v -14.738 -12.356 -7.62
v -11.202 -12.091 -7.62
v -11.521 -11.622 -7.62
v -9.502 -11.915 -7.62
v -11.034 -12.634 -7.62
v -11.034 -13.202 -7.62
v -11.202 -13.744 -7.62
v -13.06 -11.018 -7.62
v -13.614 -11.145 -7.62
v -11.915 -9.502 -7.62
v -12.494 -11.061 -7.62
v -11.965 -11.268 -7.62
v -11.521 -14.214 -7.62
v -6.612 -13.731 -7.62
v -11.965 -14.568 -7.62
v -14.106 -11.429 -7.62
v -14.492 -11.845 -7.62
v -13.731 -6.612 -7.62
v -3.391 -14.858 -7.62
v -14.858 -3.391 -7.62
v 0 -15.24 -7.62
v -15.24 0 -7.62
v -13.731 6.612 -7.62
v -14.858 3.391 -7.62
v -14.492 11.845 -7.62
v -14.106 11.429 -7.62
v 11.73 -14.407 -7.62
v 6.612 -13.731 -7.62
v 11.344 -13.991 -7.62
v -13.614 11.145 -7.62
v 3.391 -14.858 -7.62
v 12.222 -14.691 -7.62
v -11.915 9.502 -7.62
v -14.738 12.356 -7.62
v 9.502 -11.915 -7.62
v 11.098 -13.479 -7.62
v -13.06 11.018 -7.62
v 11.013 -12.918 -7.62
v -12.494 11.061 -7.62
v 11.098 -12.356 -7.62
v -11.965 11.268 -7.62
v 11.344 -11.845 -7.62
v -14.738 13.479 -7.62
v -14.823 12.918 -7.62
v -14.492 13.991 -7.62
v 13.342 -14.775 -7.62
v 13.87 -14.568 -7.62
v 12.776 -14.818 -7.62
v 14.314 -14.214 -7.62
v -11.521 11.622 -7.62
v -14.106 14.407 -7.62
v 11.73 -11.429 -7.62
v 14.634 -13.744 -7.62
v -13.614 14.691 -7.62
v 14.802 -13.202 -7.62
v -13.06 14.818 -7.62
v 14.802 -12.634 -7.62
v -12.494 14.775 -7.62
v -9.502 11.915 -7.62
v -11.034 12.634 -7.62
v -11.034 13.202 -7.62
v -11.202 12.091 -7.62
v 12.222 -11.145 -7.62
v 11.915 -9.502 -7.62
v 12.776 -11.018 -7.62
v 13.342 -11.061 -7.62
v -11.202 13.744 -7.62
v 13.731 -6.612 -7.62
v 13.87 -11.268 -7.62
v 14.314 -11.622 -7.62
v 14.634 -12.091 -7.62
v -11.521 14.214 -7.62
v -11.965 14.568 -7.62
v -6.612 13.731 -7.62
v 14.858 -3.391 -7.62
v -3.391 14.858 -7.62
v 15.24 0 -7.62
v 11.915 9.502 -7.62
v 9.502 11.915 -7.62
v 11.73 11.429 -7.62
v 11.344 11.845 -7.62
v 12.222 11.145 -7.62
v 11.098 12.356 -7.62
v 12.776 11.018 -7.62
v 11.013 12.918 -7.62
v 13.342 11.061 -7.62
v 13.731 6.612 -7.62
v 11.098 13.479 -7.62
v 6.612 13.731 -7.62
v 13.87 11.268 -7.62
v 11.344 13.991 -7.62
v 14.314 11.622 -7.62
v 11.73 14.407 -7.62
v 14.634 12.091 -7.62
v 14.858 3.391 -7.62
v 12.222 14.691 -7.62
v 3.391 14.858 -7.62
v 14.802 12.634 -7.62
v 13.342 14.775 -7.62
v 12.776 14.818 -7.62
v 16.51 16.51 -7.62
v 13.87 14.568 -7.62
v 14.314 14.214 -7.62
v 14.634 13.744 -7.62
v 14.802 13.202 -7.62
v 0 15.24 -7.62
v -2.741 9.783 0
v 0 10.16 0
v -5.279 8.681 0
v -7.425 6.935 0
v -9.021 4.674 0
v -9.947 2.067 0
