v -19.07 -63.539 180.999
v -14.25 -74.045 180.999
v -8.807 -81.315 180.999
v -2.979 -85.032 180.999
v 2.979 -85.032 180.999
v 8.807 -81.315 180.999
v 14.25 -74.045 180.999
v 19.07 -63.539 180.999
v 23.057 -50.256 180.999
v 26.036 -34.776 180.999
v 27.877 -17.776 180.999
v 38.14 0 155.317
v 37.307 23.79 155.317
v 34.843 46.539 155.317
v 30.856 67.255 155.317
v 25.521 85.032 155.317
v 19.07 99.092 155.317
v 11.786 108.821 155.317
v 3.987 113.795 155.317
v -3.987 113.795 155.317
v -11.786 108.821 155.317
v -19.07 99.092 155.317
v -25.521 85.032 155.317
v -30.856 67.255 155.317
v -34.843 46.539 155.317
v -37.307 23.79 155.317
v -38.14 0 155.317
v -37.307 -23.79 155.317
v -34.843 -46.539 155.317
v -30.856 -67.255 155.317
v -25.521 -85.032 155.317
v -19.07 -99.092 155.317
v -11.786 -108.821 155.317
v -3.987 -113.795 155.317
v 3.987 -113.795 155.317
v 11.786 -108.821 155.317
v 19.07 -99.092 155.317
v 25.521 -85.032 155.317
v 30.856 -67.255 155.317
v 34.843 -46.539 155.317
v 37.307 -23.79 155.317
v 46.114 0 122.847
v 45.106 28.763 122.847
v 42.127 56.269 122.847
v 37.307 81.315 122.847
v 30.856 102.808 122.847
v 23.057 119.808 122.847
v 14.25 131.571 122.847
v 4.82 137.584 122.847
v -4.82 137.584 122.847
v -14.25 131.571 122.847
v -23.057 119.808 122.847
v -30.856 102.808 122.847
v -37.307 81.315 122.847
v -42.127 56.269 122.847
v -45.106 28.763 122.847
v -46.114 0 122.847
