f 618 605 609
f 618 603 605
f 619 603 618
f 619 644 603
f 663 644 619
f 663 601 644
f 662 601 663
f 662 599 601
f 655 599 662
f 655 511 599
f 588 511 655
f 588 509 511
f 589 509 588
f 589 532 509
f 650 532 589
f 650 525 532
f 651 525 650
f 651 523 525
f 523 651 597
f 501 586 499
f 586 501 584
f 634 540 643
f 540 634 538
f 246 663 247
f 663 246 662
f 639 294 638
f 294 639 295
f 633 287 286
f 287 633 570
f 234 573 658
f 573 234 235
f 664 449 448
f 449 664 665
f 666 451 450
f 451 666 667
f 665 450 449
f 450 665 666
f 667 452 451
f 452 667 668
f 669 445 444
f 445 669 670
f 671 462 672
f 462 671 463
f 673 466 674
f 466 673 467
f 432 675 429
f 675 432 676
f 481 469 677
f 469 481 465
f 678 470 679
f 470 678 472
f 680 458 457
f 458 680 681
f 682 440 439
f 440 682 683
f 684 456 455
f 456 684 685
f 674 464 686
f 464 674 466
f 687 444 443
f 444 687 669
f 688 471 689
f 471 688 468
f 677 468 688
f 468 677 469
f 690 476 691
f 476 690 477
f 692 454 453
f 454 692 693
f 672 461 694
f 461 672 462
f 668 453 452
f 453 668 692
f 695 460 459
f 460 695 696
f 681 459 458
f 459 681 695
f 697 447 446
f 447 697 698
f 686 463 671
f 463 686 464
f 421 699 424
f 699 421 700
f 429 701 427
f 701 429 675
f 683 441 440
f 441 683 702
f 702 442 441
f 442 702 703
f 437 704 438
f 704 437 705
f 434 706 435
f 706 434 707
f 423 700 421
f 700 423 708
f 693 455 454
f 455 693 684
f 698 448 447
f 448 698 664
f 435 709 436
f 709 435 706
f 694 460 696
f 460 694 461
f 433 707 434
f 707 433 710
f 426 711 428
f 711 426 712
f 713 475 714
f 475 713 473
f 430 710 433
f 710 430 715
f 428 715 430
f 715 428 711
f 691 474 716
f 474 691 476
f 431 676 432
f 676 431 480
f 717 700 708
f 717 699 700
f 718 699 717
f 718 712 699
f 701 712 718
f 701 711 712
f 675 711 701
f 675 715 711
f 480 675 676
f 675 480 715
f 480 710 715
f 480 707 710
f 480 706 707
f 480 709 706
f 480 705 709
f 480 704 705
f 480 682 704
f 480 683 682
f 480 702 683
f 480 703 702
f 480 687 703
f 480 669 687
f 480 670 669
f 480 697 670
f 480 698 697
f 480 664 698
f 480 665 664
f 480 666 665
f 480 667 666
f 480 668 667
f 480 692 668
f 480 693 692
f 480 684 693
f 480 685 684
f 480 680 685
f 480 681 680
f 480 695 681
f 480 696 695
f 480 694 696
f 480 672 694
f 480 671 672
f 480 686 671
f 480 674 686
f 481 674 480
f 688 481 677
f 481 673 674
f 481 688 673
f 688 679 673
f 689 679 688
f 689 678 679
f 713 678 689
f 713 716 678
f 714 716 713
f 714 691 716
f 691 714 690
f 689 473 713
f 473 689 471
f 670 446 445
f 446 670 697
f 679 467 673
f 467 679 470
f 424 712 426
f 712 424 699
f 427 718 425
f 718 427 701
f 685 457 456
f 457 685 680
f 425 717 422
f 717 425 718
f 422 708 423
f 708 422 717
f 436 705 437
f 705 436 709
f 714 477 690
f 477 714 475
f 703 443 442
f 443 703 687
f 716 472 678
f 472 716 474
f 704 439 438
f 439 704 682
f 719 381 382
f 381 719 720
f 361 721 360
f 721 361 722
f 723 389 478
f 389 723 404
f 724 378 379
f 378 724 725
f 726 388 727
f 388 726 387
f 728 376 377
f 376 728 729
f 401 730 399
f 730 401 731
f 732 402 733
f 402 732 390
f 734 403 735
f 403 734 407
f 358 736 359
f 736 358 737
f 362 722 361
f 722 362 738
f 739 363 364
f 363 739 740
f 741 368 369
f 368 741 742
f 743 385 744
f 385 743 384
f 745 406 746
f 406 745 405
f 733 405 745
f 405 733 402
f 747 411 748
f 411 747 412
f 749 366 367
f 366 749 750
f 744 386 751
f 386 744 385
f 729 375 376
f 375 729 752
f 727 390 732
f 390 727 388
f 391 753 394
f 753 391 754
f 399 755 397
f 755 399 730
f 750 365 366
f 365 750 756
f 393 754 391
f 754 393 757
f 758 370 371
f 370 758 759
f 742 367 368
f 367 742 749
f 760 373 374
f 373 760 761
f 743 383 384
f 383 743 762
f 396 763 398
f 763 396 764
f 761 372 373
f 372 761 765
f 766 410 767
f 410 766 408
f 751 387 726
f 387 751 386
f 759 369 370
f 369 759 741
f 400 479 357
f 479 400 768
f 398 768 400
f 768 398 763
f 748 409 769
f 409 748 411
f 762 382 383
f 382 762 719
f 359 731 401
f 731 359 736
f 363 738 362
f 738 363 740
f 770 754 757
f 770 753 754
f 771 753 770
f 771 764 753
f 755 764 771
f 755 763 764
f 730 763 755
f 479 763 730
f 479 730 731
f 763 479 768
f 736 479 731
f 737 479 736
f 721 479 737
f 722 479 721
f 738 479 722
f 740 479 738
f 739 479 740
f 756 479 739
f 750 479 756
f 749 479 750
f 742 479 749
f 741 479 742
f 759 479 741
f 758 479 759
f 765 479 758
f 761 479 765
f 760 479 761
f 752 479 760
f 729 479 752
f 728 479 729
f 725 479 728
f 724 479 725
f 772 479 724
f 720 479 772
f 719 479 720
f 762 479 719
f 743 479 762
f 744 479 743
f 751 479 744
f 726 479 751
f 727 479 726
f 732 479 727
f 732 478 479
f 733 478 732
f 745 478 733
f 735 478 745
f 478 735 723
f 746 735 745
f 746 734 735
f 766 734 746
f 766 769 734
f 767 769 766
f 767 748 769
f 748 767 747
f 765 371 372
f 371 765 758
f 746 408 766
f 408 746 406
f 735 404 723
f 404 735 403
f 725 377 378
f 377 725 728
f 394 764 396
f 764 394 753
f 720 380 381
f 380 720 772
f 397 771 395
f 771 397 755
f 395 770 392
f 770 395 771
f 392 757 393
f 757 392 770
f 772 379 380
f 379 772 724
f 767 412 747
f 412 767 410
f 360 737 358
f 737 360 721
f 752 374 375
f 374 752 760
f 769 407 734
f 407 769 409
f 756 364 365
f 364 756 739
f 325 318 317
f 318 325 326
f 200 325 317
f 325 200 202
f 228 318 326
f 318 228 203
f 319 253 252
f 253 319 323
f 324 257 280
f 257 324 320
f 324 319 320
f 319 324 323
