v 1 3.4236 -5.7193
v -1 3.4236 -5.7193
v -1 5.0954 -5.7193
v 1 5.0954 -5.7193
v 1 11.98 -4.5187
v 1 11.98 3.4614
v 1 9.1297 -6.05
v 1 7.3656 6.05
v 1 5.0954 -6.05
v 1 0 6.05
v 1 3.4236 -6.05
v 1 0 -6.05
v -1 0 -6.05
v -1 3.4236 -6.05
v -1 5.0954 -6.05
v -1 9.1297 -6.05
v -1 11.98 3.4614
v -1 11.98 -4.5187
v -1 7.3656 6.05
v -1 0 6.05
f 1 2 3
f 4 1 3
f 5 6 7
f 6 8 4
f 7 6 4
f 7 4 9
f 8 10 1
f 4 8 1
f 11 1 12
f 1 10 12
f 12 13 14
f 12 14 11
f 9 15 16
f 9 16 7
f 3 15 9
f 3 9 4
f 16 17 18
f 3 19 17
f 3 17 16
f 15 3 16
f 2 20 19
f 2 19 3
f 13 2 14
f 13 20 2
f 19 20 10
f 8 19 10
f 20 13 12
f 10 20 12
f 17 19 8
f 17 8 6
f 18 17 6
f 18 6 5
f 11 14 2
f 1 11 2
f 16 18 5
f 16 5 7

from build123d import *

# Parameters (mm, degrees)
SKETCH_1_W          = 2
SKETCH_1_H          = 12.1
EXTRUDE_1_DEPTH     = 13.2
SKETCH_2_W          = 0.330714911
SKETCH_2_H          = 1.671791026
CUT_EXTRUDE_1_DEPTH = 13.2


with BuildPart() as part:
    # 草图1 → 凸台-拉伸1 (new body)
    with BuildSketch(Plane(origin=(0, 0, 0), x_dir=(1, 0, 0), z_dir=(0, 1, 0))):
        Rectangle(SKETCH_1_W, SKETCH_1_H)
    extrude(amount=EXTRUDE_1_DEPTH)

    # 草图2 → 切除-拉伸1 (cut)
    with BuildSketch(Plane.ZY.offset(1)):
        with Locations((-5.884642545, 4.259492563)):
            Rectangle(SKETCH_2_W, SKETCH_2_H)
        Polygon((-4.518682009, 11.98), (-6.05, 9.129739953), (-6.05, 13.2), (6.05, 13.2), (6.05, 7.365579196), (3.461422835, 11.98), align=None)
    extrude(amount=-CUT_EXTRUDE_1_DEPTH, mode=Mode.SUBTRACT)


solid = part.part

..........

> [Work required] Only one stretch of the entries above is wanted: the lines from the one containing "f 325 318 317" through the one containing "v -1 11.98 -4.5187". Please reproduce it exactly.

> [Solution to this task]
f 325 318 317
f 318 325 326
f 200 325 317
f 325 200 202
f 228 318 326
f 318 228 203
f 319 253 252
f 253 319 323
f 324 257 280
f 257 324 320
f 324 319 320
f 319 324 323
v 1 3.4236 -5.7193
v -1 3.4236 -5.7193
v -1 5.0954 -5.7193
v 1 5.0954 -5.7193
v 1 11.98 -4.5187
v 1 11.98 3.4614
v 1 9.1297 -6.05
v 1 7.3656 6.05
v 1 5.0954 -6.05
v 1 0 6.05
v 1 3.4236 -6.05
v 1 0 -6.05
v -1 0 -6.05
v -1 3.4236 -6.05
v -1 5.0954 -6.05
v -1 9.1297 -6.05
v -1 11.98 3.4614
v -1 11.98 -4.5187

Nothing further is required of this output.